Paul the best PG in the country? :laugh:


----------



## duckman1734 (Jun 29, 2003)

> Originally posted by <b>HeinzGuderian</b>!
> Paul the best PG in the country?


Yes, definently. He combines talent with a ton of heart and he is THE BEST PG in the country.


----------



## ErikDaniels14UK (Dec 8, 2002)

kentucky has a pretty good backcourt but i dont know if its one of the tops because of the unexperience. we have patrick sparks who played for westen kentucky 2 years ago before he had to sit out last year and might prove to be a top point guard. joe crawford the top shooting guard that didnt enter the draft will probally start as our 2 guard. our backups include rajon rondo and ramel bradley who were both in the top 100 high school players last year.


----------



## UKfan4Life (Mar 5, 2003)

> Originally posted by <b>ErikDaniels14UK</b>!
> kentucky has a pretty good backcourt but i dont know if its one of the tops because of the unexperience. we have patrick sparks who played for westen kentucky 2 years ago before he had to sit out last year and might prove to be a top point guard. joe crawford the top shooting guard that didnt enter the draft will probally start as our 2 guard. our backups include rajon rondo and ramel bradley who were both in the top 100 high school players last year.

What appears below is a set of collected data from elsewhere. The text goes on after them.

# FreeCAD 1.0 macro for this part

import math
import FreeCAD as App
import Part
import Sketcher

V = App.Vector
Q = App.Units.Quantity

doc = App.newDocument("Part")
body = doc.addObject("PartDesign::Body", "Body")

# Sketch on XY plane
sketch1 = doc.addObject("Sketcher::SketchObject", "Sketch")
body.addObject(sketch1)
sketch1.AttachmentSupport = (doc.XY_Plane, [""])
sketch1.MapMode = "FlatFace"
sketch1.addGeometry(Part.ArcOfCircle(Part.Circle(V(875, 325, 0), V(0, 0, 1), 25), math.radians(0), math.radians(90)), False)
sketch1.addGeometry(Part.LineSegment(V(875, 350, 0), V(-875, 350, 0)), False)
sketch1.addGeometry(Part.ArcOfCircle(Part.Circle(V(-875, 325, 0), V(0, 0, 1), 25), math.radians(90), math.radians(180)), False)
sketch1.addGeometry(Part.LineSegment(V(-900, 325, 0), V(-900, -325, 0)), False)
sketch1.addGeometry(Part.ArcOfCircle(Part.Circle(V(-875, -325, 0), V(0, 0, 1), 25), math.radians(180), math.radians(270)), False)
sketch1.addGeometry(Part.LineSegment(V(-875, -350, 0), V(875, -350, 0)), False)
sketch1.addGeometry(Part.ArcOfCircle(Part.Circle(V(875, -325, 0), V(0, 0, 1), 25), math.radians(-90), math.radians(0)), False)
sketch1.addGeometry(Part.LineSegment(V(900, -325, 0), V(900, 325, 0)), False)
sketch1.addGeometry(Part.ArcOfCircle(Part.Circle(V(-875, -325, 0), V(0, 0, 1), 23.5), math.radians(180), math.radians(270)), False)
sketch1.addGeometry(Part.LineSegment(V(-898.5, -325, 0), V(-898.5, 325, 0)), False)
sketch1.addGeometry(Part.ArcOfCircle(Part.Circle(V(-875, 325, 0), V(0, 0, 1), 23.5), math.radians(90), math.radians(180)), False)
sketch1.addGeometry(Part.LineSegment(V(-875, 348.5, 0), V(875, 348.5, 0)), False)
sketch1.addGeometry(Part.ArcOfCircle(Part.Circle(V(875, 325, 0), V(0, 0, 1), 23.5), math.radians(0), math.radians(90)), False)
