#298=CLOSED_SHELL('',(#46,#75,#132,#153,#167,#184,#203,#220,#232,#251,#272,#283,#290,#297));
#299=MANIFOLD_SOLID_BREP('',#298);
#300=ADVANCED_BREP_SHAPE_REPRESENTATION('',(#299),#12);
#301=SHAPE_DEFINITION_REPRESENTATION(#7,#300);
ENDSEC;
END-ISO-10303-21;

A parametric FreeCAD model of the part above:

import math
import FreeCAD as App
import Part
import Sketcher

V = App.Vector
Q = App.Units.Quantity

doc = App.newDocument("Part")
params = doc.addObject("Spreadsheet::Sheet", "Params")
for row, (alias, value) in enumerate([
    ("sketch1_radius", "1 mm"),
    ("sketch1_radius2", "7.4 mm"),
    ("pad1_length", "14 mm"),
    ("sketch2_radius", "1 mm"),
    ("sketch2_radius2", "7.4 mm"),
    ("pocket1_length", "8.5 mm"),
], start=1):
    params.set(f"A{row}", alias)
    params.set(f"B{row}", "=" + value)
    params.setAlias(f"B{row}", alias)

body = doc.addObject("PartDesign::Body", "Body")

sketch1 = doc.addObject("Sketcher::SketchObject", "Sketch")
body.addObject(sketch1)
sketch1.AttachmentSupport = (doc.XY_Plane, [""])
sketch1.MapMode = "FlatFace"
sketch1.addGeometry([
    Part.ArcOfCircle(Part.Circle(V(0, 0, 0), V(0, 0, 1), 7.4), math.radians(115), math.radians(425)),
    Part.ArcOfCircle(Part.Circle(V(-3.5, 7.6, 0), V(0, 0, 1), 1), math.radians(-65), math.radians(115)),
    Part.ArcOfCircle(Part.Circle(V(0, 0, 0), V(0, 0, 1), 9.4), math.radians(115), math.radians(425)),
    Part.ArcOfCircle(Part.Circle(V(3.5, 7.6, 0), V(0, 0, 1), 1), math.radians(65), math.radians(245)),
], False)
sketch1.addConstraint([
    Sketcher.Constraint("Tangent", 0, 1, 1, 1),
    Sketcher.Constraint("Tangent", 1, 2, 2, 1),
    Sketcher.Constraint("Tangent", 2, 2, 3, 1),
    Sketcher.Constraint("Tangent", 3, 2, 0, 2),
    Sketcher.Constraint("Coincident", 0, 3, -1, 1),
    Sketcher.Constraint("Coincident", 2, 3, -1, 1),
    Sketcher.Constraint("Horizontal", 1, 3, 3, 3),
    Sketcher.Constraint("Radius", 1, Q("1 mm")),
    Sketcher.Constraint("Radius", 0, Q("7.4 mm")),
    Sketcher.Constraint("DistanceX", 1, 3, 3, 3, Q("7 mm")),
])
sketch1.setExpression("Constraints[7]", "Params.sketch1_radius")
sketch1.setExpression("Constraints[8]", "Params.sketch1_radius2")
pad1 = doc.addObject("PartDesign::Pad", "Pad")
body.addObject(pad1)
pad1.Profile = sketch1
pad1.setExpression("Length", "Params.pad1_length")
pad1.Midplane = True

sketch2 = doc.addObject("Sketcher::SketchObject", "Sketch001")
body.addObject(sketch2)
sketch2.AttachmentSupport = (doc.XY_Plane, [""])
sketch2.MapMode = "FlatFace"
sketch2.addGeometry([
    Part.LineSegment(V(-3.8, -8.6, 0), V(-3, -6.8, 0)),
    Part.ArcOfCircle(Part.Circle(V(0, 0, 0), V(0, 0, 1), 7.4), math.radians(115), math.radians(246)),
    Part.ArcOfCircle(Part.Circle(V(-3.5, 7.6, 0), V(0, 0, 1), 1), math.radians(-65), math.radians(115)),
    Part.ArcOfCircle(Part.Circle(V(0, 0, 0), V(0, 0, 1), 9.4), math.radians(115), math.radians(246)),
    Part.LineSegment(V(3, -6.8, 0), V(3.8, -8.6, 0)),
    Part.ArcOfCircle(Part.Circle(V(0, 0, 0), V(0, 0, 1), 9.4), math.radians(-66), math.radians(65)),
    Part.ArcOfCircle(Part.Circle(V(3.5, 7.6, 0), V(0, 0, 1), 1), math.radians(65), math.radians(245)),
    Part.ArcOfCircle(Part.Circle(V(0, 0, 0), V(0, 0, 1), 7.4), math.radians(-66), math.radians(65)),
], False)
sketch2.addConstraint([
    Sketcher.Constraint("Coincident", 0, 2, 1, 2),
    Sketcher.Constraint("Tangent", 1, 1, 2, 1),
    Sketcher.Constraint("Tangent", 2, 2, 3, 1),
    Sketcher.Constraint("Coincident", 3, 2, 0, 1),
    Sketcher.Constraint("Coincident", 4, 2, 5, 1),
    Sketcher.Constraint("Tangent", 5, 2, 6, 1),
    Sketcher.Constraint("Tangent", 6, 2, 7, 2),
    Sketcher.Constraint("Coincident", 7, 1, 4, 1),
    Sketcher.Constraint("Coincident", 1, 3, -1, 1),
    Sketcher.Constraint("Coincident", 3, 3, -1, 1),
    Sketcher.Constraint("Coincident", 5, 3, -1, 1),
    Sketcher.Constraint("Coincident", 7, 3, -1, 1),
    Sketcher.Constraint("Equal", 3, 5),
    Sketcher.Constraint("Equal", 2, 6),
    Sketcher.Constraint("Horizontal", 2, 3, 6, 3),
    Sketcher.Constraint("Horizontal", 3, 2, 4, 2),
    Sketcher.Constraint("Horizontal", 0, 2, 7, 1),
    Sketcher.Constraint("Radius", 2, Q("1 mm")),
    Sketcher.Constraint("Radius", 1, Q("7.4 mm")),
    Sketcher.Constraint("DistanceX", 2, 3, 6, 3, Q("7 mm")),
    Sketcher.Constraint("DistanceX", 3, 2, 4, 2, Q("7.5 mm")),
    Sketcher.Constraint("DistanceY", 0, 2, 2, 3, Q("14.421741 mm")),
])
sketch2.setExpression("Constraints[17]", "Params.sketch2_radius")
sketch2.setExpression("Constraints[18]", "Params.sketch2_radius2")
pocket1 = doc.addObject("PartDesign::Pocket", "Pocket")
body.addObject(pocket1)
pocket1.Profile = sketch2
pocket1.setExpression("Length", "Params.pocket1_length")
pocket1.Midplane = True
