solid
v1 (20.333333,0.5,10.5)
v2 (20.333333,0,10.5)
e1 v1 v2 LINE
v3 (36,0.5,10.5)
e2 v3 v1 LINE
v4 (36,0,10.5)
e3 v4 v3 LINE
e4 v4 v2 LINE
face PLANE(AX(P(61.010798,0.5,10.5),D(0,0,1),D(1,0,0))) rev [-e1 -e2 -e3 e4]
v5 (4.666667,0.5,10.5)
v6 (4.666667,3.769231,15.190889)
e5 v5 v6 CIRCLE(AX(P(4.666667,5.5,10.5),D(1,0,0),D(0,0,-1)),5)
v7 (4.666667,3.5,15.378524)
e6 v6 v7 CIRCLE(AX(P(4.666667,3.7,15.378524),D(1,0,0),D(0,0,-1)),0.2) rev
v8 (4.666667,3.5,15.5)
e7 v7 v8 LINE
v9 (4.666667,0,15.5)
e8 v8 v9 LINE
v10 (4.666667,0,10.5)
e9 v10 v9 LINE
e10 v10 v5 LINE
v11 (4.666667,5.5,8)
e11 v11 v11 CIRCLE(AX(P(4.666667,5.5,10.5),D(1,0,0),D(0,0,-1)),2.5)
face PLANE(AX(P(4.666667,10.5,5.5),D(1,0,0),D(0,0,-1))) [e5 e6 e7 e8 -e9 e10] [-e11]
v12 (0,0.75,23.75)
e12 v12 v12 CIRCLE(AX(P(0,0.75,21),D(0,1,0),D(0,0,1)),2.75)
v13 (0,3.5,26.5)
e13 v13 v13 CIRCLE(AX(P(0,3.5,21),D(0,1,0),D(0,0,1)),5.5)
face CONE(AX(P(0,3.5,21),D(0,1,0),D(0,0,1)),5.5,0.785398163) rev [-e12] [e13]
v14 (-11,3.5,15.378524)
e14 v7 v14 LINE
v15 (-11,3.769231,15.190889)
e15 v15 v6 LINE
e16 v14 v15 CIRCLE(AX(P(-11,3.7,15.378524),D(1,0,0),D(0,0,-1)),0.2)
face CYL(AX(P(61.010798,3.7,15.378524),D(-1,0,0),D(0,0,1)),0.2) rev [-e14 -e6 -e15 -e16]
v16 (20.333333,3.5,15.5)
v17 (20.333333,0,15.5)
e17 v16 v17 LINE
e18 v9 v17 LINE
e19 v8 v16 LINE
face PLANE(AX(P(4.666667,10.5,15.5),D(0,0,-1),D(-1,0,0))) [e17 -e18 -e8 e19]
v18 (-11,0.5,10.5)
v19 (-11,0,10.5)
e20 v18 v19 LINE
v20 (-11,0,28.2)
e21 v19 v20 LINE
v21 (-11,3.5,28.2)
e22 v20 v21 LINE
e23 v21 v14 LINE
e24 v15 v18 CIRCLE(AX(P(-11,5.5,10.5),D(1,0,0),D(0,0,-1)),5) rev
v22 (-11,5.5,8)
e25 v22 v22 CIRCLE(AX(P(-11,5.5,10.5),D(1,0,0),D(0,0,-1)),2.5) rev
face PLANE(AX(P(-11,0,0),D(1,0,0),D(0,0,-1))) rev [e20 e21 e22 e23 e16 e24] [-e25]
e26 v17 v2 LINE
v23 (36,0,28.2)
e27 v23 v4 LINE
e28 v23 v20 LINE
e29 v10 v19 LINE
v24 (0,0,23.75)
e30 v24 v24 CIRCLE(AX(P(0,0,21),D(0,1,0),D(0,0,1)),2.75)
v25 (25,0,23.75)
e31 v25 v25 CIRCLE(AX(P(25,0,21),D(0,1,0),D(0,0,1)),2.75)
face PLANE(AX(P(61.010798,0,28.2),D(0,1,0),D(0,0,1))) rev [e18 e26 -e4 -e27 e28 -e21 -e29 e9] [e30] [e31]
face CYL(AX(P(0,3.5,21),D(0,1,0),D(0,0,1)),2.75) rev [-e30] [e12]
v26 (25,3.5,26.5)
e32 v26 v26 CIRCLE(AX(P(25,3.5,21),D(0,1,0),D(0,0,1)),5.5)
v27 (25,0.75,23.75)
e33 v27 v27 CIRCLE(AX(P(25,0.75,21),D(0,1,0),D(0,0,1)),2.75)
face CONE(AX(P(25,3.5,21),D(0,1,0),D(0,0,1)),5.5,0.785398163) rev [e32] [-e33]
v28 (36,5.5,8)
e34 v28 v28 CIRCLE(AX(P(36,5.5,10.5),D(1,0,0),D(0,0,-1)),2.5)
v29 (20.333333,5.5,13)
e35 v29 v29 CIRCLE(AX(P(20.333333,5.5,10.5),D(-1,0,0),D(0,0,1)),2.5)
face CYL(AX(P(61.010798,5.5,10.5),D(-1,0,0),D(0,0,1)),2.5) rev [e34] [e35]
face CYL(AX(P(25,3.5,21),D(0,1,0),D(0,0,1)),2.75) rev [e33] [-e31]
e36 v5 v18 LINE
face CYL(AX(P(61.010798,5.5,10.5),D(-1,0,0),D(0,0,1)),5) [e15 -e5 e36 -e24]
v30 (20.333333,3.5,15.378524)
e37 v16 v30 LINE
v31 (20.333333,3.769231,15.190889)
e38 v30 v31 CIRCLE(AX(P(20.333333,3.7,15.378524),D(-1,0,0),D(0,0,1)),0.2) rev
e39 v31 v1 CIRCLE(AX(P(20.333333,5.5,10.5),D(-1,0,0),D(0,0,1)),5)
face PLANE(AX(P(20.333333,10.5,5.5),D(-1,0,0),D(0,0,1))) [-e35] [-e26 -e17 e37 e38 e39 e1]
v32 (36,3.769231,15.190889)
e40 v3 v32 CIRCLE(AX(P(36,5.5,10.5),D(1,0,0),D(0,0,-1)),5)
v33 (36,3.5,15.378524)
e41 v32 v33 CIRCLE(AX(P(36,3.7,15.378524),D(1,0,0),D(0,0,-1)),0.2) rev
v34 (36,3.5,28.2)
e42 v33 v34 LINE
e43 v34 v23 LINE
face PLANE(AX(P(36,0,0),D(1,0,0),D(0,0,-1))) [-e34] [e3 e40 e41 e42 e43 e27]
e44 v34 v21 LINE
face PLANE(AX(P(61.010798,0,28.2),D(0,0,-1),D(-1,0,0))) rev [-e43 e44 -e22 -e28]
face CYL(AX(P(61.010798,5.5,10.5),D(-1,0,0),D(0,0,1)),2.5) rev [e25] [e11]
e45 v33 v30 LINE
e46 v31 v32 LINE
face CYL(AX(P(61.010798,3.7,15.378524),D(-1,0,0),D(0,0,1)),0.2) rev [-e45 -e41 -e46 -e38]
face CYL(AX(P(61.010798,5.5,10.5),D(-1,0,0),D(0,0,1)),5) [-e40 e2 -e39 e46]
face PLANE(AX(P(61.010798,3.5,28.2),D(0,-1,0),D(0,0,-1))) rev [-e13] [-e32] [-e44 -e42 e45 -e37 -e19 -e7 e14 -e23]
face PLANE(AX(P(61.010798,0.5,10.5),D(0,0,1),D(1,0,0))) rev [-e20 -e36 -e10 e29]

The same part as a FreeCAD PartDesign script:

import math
import FreeCAD as App
import Part
import Sketcher
Q = App.Units.Quantity


def edges_at(feature, points):
    """Names of the edges that pass closest to the given points."""
    edges = feature.Shape.Edges
    near = lambda p: min(range(len(edges)), key=lambda i: edges[i].distToShape(Part.Vertex(*p))[0])
    return sorted({f"Edge{near(p) + 1}" for p in points})

doc = App.newDocument("Part")
body = doc.addObject("PartDesign::Body", "Body")

# Sketch on YZ plane
sketch1 = body.newObject("Sketcher::SketchObject", "Sketch")
sketch1.AttachmentSupport = (doc.getObject("YZ_Plane"), [""])
sketch1.MapMode = "FlatFace"
sketch1.addGeometry([
    Part.LineSegment(App.Vector(0, 28.2, 0), App.Vector(0, 10.5, 0)),  # 0
    Part.LineSegment(App.Vector(0, 10.5, 0), App.Vector(0.5, 10.5, 0)),  # 1
    Part.ArcOfCircle(Part.Circle(App.Vector(5.5, 10.5, 0), App.Vector(0, 0, 1), 5), math.radians(180), math.radians(474)),  # 2
    Part.LineSegment(App.Vector(3.5, 15.1, 0), App.Vector(3.5, 28.2, 0)),  # 3
    Part.LineSegment(App.Vector(3.5, 28.2, 0), App.Vector(0, 28.2, 0)),  # 4
    Part.Circle(App.Vector(5.5, 10.5, 0), App.Vector(0, 0, 1), 2.5),  # 5
], False)
sketch1.addConstraint([
    Sketcher.Constraint("Coincident", 0, 2, 1, 1),
    Sketcher.Constraint("Coincident", 1, 2, 2, 1),
    Sketcher.Constraint("Coincident", 2, 2, 3, 1),
    Sketcher.Constraint("Coincident", 3, 2, 4, 1),
    Sketcher.Constraint("Coincident", 4, 2, 0, 1),
    Sketcher.Constraint("Vertical", 0),
    Sketcher.Constraint("Horizontal", 1),
    Sketcher.Constraint("Vertical", 3),
    Sketcher.Constraint("Horizontal", 4),
    Sketcher.Constraint("Coincident", 5, 3, 2, 3),
    Sketcher.Constraint("PointOnObject", 0, 2, -2),
    Sketcher.Constraint("Horizontal", 5, 3, 0, 2),
    Sketcher.Constraint("Diameter", 5, Q("5 mm")),
    Sketcher.Constraint("Radius", 2, Q("5 mm")),
    Sketcher.Constraint("DistanceX", 1, 1, 1, 2, Q("0.5 mm")),
    Sketcher.Constraint("DistanceX", 4, 2, 4, 1, Q("3.5 mm")),
    Sketcher.Constraint("DistanceY", 0, 2, 0, 1, Q("17.7 mm")),
    Sketcher.Constraint("DistanceY", -1, 1, 2, 3, Q("10.5 mm")),
])
pad1 = body.newObject("PartDesign::Pad", "Pad")
pad1.Profile = sketch1
pad1.Type = "TwoLengths"
pad1.Length = 36
pad1.Length2 = 11
doc.recompute()

fillet = body.newObject("PartDesign::Fillet", "Fillet")
fillet.Base = (pad1, edges_at(pad1, [(12.5, 3.5, 15.083)]))
fillet.Radius = 0.2

# Sketch on XZ plane
sketch2 = body.newObject("Sketcher::SketchObject", "Sketch001")
sketch2.AttachmentSupport = (doc.getObject("XZ_Plane"), [""])
sketch2.MapMode = "FlatFace"
sketch2.addGeometry([
    Part.LineSegment(App.Vector(5, 6, 0), App.Vector(5, 16, 0)),  # 0
    Part.LineSegment(App.Vector(5, 16, 0), App.Vector(20, 16, 0)),  # 1
    Part.LineSegment(App.Vector(20, 16, 0), App.Vector(20, 6, 0)),  # 2
    Part.LineSegment(App.Vector(20, 6, 0), App.Vector(5, 6, 0)),  # 3
    Part.LineSegment(App.Vector(36, 6, 0), App.Vector(36, 16, 0)),  # 4
    Part.LineSegment(App.Vector(36, 16, 0), App.Vector(52, 16, 0)),  # 5
    Part.LineSegment(App.Vector(52, 16, 0), App.Vector(52, 6, 0)),  # 6
    Part.LineSegment(App.Vector(52, 6, 0), App.Vector(36, 6, 0)),  # 7
], False)
sketch2.addConstraint([
    Sketcher.Constraint("Coincident", 0, 2, 1, 1),
    Sketcher.Constraint("Coincident", 1, 2, 2, 1),
    Sketcher.Constraint("Coincident", 2, 2, 3, 1),
    Sketcher.Constraint("Coincident", 3, 2, 0, 1),
    Sketcher.Constraint("Coincident", 4, 2, 5, 1),
    Sketcher.Constraint("Coincident", 5, 2, 6, 1),
    Sketcher.Constraint("Coincident", 6, 2, 7, 1),
    Sketcher.Constraint("Coincident", 7, 2, 4, 1),
    Sketcher.Constraint("Vertical", 0),
    Sketcher.Constraint("Horizontal", 1),
    Sketcher.Constraint("Vertical", 2),
    Sketcher.Constraint("Horizontal", 3),
    Sketcher.Constraint("Vertical", 4),
    Sketcher.Constraint("Horizontal", 5),
    Sketcher.Constraint("Vertical", 6),
    Sketcher.Constraint("Horizontal", 7),
    Sketcher.Constraint("Horizontal", 1, 2, 4, 2),
    Sketcher.Constraint("Horizontal", 3, 2, 6, 2),
    Sketcher.Constraint("Equal", 3, 5),
    Sketcher.Constraint("DistanceY", 0, 1, 0, 2, Q("10 mm")),
    Sketcher.Constraint("DistanceX", -1, 1, 4, 2, Q("36 mm")),
    Sketcher.Constraint("DistanceX", 0, 2, 5, 2, Q("47 mm")),
    Sketcher.Constraint("DistanceY", -1, 1, 0, 2, Q("15.5 mm")),
    Sketcher.Constraint("DistanceX", 1, 1, 1, 2, Q("15.666667 mm")),
])
pocket1 = body.newObject("PartDesign::Pocket", "Pocket")
pocket1.Profile = sketch2
pocket1.Type = "ThroughAll"

# Sketch on YZ plane
sketch3 = body.newObject("Sketcher::SketchObject", "Sketch002")
sketch3.AttachmentSupport = (doc.getObject("YZ_Plane"), [""])
sketch3.MapMode = "FlatFace"
sketch3.addGeometry([
    Part.LineSegment(App.Vector(0, 21, 0), App.Vector(3.5, 21, 0)),  # 0
    Part.LineSegment(App.Vector(3.5, 21, 0), App.Vector(3.5, 26.5, 0)),  # 1
    Part.LineSegment(App.Vector(3.5, 26.5, 0), App.Vector(0.8, 23.8, 0)),  # 2
    Part.LineSegment(App.Vector(0.8, 23.8, 0), App.Vector(0, 23.8, 0)),  # 3
    Part.LineSegment(App.Vector(0, 23.8, 0), App.Vector(0, 21, 0)),  # 4
], False)
sketch3.addGeometry(Part.LineSegment(App.Vector(3.5, 21, 0), App.Vector(0, 21, 0)), True)  # axis
sketch3.addConstraint([
    Sketcher.Constraint("Coincident", 0, 2, 1, 1),
    Sketcher.Constraint("Coincident", 1, 2, 2, 1),
    Sketcher.Constraint("Coincident", 2, 2, 3, 1),
    Sketcher.Constraint("Coincident", 3, 2, 4, 1),
    Sketcher.Constraint("Coincident", 4, 2, 0, 1),
    Sketcher.Constraint("Horizontal", 0),
    Sketcher.Constraint("Vertical", 1),
    Sketcher.Constraint("Horizontal", 3),
    Sketcher.Constraint("Vertical", 4),
    Sketcher.Constraint("Horizontal", 5),
    Sketcher.Constraint("Coincident", 5, 1, 0, 2),
    Sketcher.Constraint("Vertical", 3, 2, 5, 2),
    Sketcher.Constraint("Angle", 2, Q("-135 deg")),
    Sketcher.Constraint("DistanceY", 1, 1, 1, 2, Q("5.5 mm")),
    Sketcher.Constraint("DistanceY", -1, 1, 0, 2, Q("21 mm")),
    Sketcher.Constraint("DistanceY", 4, 2, 4, 1, Q("2.75 mm")),
    Sketcher.Constraint("DistanceX", -1, 1, 0, 2, Q("3.5 mm")),
    Sketcher.Constraint("DistanceX", 0, 1, 0, 2, Q("3.50005 mm")),
])
groove = body.newObject("PartDesign::Groove", "Groove")
groove.Profile = sketch3
groove.ReferenceAxis = (sketch3, ["Axis0"])
groove.Angle = 360
doc.recompute()

linearpattern = body.newObject("PartDesign::LinearPattern", "LinearPattern")
linearpattern.Originals = [groove]
linearpattern.Direction = (doc.getObject("X_Axis"), [""])
linearpattern.Mode = "offset"
linearpattern.Offset = 25
linearpattern.Occurrences = 2
body.Tip = linearpattern

doc.recompute()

Forget someone? Kelenna Azubuike is going to be _awesome_ next year. Last year he held off because this wasn't his team. Now it's his and Chuck Hayes' team, so be ready. If his mild breakout at the end of the season is anything to go by, watch out. Be ready to here a lot of "Sparks to Azubuike for 3!!!!".


----------



## adarsh1 (May 28, 2003)

UMM...john gilchrist, Chris Mccray, D.J. Strawberry


----------



## HeinzGuderian (Jun 29, 2004)

> Originally posted by <b>duckman1734</b>!
> 
> 
> Yes, definently. He combines talent with a ton of heart and he is THE BEST PG in the country.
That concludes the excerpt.